Dynamics of streamflow predictability and memory in response to hydrological extremes: insights from the Bandar Abbas watershed.

Abstract

Hydrological extremes, worsened by climate change, disrupt river flow, threatening water resources in arid regions. This study analyzed data from 17 hydrometric stations (1981-2017) across two periods to assess drought impacts on flow behavior in the Bandar Abbas watershed, Iran. Using the Stream Drought Index, noise variance, Lyapunov exponent (LE), Hurst coefficient (H), approximate entropy (ApEn), and the Mann-Kendall trend test, we identified significant changes. Drought severity increased, with noise variance in drought patterns rising by up to 3475% in central zones and dropping by 70% elsewhere, signaling more frequent and intense dry spells. River flow declined at 12 stations, with the Mann-Kendall test confirming negative trends, reducing water availability by up to 150% in volume at northern sites. LE decreased by 1165% across most stations, indicating drought lowered flow sensitivity to initial conditions, while H fell by 50%, weakening long-term flow memory.
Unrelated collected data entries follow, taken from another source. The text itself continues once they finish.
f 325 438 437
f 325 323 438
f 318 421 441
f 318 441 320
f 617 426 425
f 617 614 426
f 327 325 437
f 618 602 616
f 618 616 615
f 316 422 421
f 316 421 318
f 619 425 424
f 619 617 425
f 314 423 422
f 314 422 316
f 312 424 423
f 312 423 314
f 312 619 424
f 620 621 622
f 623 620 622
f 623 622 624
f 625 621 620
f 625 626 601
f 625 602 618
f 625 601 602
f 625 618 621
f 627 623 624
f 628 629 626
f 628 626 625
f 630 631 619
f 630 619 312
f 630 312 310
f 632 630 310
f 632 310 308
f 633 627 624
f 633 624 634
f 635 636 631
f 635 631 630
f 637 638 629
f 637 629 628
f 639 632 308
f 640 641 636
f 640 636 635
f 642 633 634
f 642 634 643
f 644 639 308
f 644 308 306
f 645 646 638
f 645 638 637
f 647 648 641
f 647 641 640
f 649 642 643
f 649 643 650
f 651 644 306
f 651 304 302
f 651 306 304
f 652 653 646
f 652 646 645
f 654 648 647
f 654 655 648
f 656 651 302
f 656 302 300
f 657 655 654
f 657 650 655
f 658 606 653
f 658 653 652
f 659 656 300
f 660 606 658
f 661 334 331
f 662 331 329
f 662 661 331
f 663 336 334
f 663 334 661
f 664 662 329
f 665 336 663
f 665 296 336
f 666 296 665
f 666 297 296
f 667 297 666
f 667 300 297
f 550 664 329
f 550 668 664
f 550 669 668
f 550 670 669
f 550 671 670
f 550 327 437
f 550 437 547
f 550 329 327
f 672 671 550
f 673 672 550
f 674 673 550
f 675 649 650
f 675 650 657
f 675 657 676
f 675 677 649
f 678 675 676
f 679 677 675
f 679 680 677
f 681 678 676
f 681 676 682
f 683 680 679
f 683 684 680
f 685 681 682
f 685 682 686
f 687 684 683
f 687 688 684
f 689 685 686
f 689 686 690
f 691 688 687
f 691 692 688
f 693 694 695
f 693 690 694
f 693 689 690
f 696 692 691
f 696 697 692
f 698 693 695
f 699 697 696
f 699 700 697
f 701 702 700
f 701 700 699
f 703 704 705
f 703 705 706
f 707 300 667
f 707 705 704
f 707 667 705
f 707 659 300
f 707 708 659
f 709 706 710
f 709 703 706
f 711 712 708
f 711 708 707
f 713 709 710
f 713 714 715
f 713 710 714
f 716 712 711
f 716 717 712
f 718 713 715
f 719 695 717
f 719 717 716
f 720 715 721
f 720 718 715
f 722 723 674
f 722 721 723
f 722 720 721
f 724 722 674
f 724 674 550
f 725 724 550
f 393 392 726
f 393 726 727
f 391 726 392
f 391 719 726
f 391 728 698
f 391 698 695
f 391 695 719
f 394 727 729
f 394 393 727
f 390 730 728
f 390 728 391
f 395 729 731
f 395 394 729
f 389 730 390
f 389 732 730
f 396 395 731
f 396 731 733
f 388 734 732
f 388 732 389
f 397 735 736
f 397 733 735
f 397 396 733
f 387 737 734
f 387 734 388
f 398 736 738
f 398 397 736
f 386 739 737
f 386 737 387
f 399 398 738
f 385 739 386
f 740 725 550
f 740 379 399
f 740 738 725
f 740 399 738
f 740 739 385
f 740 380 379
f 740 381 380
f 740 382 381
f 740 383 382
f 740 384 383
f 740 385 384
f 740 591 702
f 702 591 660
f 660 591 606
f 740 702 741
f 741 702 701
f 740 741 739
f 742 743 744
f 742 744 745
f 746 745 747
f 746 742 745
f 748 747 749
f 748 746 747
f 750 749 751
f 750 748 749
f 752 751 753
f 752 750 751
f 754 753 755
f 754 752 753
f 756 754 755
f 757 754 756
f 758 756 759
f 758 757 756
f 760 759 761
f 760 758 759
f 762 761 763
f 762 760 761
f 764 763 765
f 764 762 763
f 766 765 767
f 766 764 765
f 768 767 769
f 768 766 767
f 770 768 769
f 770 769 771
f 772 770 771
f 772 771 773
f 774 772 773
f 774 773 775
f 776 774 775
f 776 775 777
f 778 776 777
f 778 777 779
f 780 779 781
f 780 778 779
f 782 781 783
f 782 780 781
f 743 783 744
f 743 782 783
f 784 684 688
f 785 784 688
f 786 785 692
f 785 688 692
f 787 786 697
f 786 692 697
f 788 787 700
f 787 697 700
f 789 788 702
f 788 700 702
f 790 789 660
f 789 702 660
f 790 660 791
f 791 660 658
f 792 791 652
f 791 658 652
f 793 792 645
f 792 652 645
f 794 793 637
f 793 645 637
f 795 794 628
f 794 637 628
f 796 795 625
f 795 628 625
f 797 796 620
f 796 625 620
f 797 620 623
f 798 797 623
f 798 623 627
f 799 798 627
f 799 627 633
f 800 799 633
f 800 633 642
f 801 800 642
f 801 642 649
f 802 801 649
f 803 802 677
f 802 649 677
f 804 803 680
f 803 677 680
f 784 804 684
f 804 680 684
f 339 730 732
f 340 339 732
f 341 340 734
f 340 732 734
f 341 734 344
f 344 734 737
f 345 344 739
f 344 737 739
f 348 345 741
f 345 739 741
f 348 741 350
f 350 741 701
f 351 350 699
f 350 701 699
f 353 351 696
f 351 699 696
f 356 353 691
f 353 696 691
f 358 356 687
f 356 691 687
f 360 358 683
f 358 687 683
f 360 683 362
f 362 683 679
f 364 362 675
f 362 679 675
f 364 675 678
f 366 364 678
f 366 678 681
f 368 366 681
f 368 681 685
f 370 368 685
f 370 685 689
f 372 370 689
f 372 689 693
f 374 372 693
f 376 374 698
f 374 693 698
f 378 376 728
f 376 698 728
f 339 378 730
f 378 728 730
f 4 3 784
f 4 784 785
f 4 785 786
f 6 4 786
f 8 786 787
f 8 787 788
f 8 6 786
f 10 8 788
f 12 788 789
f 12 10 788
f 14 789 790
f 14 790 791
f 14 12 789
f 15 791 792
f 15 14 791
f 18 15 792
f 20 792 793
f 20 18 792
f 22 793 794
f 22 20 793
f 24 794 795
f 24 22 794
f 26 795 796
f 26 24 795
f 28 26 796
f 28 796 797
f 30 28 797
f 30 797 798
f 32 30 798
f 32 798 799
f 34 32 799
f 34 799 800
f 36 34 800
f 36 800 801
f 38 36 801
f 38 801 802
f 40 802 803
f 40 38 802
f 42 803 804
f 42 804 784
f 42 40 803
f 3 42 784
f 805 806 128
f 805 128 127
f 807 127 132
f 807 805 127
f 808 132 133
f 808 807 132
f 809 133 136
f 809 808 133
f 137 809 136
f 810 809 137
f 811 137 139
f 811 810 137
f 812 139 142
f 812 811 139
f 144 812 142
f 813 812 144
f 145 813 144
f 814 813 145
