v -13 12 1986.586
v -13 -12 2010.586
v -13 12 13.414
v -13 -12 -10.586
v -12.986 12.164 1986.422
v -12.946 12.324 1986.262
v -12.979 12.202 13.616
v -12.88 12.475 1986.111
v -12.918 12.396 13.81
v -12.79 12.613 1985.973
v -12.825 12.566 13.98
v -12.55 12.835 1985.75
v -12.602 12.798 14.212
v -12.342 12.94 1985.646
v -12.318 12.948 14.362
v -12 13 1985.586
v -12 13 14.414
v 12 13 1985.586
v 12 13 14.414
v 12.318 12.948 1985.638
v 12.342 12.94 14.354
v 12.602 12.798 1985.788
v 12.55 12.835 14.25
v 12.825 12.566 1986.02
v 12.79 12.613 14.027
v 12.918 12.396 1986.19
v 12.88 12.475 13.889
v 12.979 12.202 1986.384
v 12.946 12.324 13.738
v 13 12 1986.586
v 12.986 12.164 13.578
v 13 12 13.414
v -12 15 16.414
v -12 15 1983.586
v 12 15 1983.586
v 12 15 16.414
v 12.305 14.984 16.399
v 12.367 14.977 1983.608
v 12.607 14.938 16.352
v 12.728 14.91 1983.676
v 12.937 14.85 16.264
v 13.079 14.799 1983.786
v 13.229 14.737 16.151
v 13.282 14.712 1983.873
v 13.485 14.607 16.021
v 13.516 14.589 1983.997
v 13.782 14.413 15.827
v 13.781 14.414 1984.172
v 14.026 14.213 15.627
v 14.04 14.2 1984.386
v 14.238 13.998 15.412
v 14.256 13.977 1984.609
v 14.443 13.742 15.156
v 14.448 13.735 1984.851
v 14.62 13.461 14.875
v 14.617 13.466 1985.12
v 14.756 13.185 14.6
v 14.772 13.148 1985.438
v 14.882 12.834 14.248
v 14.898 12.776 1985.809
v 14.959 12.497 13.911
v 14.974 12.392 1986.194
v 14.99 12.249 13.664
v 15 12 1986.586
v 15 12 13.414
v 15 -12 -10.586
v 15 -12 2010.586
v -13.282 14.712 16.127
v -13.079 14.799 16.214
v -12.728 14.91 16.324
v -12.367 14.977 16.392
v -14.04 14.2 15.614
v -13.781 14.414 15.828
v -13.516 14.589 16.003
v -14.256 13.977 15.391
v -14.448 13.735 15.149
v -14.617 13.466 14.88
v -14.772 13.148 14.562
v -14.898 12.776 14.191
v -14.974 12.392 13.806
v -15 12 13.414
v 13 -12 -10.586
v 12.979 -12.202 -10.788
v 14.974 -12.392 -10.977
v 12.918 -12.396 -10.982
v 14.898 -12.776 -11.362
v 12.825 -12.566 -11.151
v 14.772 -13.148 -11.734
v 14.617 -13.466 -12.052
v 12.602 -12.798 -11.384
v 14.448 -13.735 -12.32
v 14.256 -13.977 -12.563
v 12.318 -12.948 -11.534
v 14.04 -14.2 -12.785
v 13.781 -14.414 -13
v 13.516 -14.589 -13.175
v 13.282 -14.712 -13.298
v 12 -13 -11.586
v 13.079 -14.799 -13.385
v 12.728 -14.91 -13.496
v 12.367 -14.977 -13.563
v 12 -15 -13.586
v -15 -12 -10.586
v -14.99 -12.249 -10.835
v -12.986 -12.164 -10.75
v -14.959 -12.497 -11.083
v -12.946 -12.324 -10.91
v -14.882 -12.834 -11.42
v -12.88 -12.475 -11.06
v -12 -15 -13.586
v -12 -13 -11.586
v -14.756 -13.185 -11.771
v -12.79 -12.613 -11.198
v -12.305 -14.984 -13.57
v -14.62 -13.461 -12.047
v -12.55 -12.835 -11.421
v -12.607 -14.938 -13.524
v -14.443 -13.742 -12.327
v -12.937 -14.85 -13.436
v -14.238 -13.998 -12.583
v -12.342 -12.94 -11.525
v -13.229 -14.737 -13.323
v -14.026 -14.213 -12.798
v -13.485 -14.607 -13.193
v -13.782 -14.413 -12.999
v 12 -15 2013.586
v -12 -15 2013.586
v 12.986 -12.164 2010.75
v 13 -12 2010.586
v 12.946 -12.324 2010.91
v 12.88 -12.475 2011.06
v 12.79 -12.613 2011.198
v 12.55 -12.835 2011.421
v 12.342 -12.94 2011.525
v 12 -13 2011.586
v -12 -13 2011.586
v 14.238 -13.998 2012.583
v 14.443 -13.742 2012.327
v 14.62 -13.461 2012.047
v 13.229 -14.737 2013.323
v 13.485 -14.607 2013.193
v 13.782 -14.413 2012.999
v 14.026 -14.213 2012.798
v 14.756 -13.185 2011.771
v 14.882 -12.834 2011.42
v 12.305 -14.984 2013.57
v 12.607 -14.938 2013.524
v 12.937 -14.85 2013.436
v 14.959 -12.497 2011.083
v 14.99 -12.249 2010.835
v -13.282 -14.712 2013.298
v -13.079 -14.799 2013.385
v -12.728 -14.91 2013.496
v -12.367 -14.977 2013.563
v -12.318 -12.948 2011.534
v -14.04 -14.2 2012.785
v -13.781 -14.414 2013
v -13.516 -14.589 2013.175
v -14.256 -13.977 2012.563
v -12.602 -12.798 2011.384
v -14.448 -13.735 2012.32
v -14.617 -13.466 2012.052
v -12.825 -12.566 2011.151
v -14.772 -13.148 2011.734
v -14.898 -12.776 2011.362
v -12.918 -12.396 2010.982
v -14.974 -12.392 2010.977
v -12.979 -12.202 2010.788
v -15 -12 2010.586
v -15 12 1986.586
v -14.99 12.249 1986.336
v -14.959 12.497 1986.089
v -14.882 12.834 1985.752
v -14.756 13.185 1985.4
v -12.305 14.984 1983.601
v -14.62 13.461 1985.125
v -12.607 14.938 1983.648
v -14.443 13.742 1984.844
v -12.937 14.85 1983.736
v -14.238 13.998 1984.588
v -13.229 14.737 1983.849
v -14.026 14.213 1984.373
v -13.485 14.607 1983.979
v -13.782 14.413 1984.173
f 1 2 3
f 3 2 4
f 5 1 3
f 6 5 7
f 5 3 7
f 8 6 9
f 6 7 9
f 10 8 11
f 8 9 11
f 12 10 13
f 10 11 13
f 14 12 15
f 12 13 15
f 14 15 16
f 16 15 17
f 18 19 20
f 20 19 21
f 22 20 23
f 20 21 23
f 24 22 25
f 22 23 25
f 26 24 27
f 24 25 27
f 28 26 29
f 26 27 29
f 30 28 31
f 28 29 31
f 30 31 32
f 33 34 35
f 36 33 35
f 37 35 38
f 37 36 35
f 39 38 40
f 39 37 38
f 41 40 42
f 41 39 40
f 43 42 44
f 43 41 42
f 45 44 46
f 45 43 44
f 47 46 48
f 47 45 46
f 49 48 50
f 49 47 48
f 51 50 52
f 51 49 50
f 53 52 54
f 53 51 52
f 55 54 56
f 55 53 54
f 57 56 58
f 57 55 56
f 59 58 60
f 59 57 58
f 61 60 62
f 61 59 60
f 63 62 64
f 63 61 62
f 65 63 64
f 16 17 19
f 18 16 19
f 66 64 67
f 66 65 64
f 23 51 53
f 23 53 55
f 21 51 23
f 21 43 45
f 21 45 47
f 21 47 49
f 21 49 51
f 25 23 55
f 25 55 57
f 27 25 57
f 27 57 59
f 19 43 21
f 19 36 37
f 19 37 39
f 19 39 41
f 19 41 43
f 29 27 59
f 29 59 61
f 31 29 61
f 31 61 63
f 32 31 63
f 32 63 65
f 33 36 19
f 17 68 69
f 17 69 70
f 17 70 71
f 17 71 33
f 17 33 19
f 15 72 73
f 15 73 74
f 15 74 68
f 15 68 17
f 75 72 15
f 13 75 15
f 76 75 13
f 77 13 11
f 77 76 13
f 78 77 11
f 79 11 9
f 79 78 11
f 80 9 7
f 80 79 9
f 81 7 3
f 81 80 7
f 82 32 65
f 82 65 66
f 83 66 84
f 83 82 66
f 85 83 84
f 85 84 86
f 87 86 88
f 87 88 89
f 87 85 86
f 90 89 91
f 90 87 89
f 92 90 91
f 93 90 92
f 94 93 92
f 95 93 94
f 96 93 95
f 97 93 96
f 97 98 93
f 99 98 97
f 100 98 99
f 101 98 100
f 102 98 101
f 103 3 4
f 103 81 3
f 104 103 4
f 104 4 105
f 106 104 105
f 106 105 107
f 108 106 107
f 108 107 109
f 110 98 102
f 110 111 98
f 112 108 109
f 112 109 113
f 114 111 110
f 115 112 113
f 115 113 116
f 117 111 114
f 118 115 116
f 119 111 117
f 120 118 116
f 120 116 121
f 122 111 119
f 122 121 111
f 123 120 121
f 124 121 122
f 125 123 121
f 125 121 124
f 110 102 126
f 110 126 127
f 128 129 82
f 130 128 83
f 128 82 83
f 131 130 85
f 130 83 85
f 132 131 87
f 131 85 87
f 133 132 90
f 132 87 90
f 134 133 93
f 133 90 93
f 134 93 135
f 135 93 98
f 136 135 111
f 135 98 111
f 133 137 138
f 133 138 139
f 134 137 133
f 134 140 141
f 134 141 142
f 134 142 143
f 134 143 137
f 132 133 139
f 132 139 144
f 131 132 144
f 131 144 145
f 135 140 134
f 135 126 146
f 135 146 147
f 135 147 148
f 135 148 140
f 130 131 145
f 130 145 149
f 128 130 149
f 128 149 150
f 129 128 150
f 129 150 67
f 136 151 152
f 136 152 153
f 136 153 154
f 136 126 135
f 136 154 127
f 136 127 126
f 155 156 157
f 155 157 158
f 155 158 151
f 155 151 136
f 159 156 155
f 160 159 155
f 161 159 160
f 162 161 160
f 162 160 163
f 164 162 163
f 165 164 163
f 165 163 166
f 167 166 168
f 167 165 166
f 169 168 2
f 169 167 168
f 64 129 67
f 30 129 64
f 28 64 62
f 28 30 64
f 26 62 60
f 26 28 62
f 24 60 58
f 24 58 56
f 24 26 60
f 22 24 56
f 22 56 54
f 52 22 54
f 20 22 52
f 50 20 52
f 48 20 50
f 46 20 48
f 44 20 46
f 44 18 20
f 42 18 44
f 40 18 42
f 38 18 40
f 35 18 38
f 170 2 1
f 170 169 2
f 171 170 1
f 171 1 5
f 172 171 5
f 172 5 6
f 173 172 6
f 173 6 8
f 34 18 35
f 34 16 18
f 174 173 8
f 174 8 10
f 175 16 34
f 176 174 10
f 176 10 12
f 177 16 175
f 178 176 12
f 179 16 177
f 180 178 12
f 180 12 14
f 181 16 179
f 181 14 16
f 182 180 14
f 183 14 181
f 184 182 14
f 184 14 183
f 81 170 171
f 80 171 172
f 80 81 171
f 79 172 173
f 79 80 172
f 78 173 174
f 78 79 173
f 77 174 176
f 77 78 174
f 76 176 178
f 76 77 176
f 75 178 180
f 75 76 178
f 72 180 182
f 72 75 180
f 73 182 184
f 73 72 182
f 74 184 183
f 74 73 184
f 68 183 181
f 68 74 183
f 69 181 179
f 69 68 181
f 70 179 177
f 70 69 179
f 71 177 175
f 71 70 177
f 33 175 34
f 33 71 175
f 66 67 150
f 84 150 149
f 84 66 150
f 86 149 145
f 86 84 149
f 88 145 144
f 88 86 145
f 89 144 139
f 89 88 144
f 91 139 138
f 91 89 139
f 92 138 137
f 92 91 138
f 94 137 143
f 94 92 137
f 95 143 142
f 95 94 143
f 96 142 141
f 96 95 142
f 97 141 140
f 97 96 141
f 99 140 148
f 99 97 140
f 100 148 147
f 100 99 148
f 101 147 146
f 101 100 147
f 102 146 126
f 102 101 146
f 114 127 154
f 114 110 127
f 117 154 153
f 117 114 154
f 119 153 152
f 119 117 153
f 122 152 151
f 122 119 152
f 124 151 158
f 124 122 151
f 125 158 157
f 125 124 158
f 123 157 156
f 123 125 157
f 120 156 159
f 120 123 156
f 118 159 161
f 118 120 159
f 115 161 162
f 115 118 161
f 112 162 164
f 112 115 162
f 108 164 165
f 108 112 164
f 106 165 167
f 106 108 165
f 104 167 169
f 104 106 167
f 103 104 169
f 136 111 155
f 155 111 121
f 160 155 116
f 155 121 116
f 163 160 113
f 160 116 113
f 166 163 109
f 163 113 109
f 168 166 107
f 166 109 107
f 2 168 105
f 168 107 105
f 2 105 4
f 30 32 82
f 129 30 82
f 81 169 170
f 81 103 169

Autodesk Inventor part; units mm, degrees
ref_plane "Start Plane" through (0, 0, -13.5858) normal (0, 0, 1) x (1, 0, 0)
ref_plane "End Plane" through (0, 0, 2013.5858) normal (0, 0, 1) x (1, 0, 0)
sketch "Sketch" plane through (0, 0, 0) normal (0, 0, 1) x (1, 0, 0)
  line L0 (-15, -12) -> (-15, 12)
  line L1 (-12, 15) -> (12, 15)
  line L2 (15, 12) -> (15, -12)
  line L3 (12, -15) -> (-12, -15)
  arc A0 (-15, -12) -> (-12, -15) centre (-12, -12) ccw
  arc A1 (-12, 15) -> (-15, 12) centre (-12, 12) ccw
  arc A2 (15, 12) -> (12, 15) centre (12, 12) ccw
  arc A3 (12, -15) -> (15, -12) centre (12, -12) ccw
  arc A4 (-12, 13) -> (-13, 12) centre (-12, 12) ccw
  line L4 (-12, 13) -> (12, 13)
  arc A5 (13, 12) -> (12, 13) centre (12, 12) ccw
  line L5 (13, 12) -> (13, -12)
  arc A6 (12, -13) -> (13, -12) centre (12, -12) ccw
  line L6 (12, -13) -> (-12, -13)
  arc A7 (-13, -12) -> (-12, -13) centre (-12, -12) ccw
  line L7 (-13, -12) -> (-13, 12)
  line L8 (0, 21.8698) -> (0, -21.8698) construction
  line L9 (-21.8698, 0) -> (21.8698, 0) construction
  dimension "d7" = 3
  dimension "d10" = 30
  dimension "d11" = 30
  dimension "d12" = 2
  dimension "d15" = 15
  dimension "d16" = 15
extrude "Body" add sketch "Sketch" along normal up to surface (2027.1716 mm away) from surface at -13.5858
sketch "Sketch3" plane through (0, 0, 0) normal (0, 0, 1) x (1, 0, 0)
  line L0 (0, 0) -> (10, 0)
ref_plane "Work Plane3" through (0, 0, 0) normal (0, -1, 0) x (1, 0, 0)
ref_plane "Work Plane4" through (0, -15.7071, 2014.2929) normal (0, 0.7071, 0.7071) x (1, 0, 0)
split "Split1" plane through (0, -15.7071, 2014.2929) removes the side toward (0, 0.7071, 0.7071)
ref_plane "Work Plane5" through (0, -15.7071, -14.2929) normal (0, 0.7071, -0.7071) x (1, 0, 0)
split "Split2" plane through (0, -15.7071, -14.2929) removes the side toward (0, 0.7071, -0.7071)
sketch "Sketch4" plane through (0, 0, 0) normal (0, -1, 0) x (1, 0, 0)
  line L0 (-2, -13.5858) -> (12, -13.5858) projected
  line L1 (-2, 2013.5858) -> (12, 2013.5858) projected
  dimension "d18" = 2027.1716
equation "\"d7\" = G_IR"
equation "\"d10\" = G_H"
equation "\"d11\" = G_W"
equation "\"d12\" = G_T"
equation "\"d15\" = 0.5 * d10"
equation "\"d16\" = 0.5 * d11"
equation "\"d3\" = G_L"
equation "\"G_W\" = 30"
equation "\"G_H\" = 30"
equation "\"G_T\" = 2"
equation "\"G_IR\" = 3"
equation "\"G_L\" = d18"
equation "\"G_OFFSET_START\" = 13.58579"
equation "\"G_OFFSET_END\" = 13.58579"
equation "\"d13\" = -G_OFFSET_START"
equation "\"d14\" = G_OFFSET_END + B_L"
equation "\"B_L\" = 2000"
properties part number "ISO 12633-2 - 30x30x2 - 2027,17" material "Steel, Mild"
Meanwhile, ApEn surged by 354%, reflecting increased randomness and reduced predictability, particularly in northern areas. These shifts strain water availability for ecosystems and agriculture, disrupt aquatic habitats, and challenge management strategies reliant on stable flow. This multi-tool approach, novel in this context, merges chaos, memory, and randomness analyses to clarify drought's effects. Focused on Bandar Abbas, the findings offer insights for arid regions globally, providing a framework for adaptive water management to address scarcity and unpredictability in river systems under climate stress.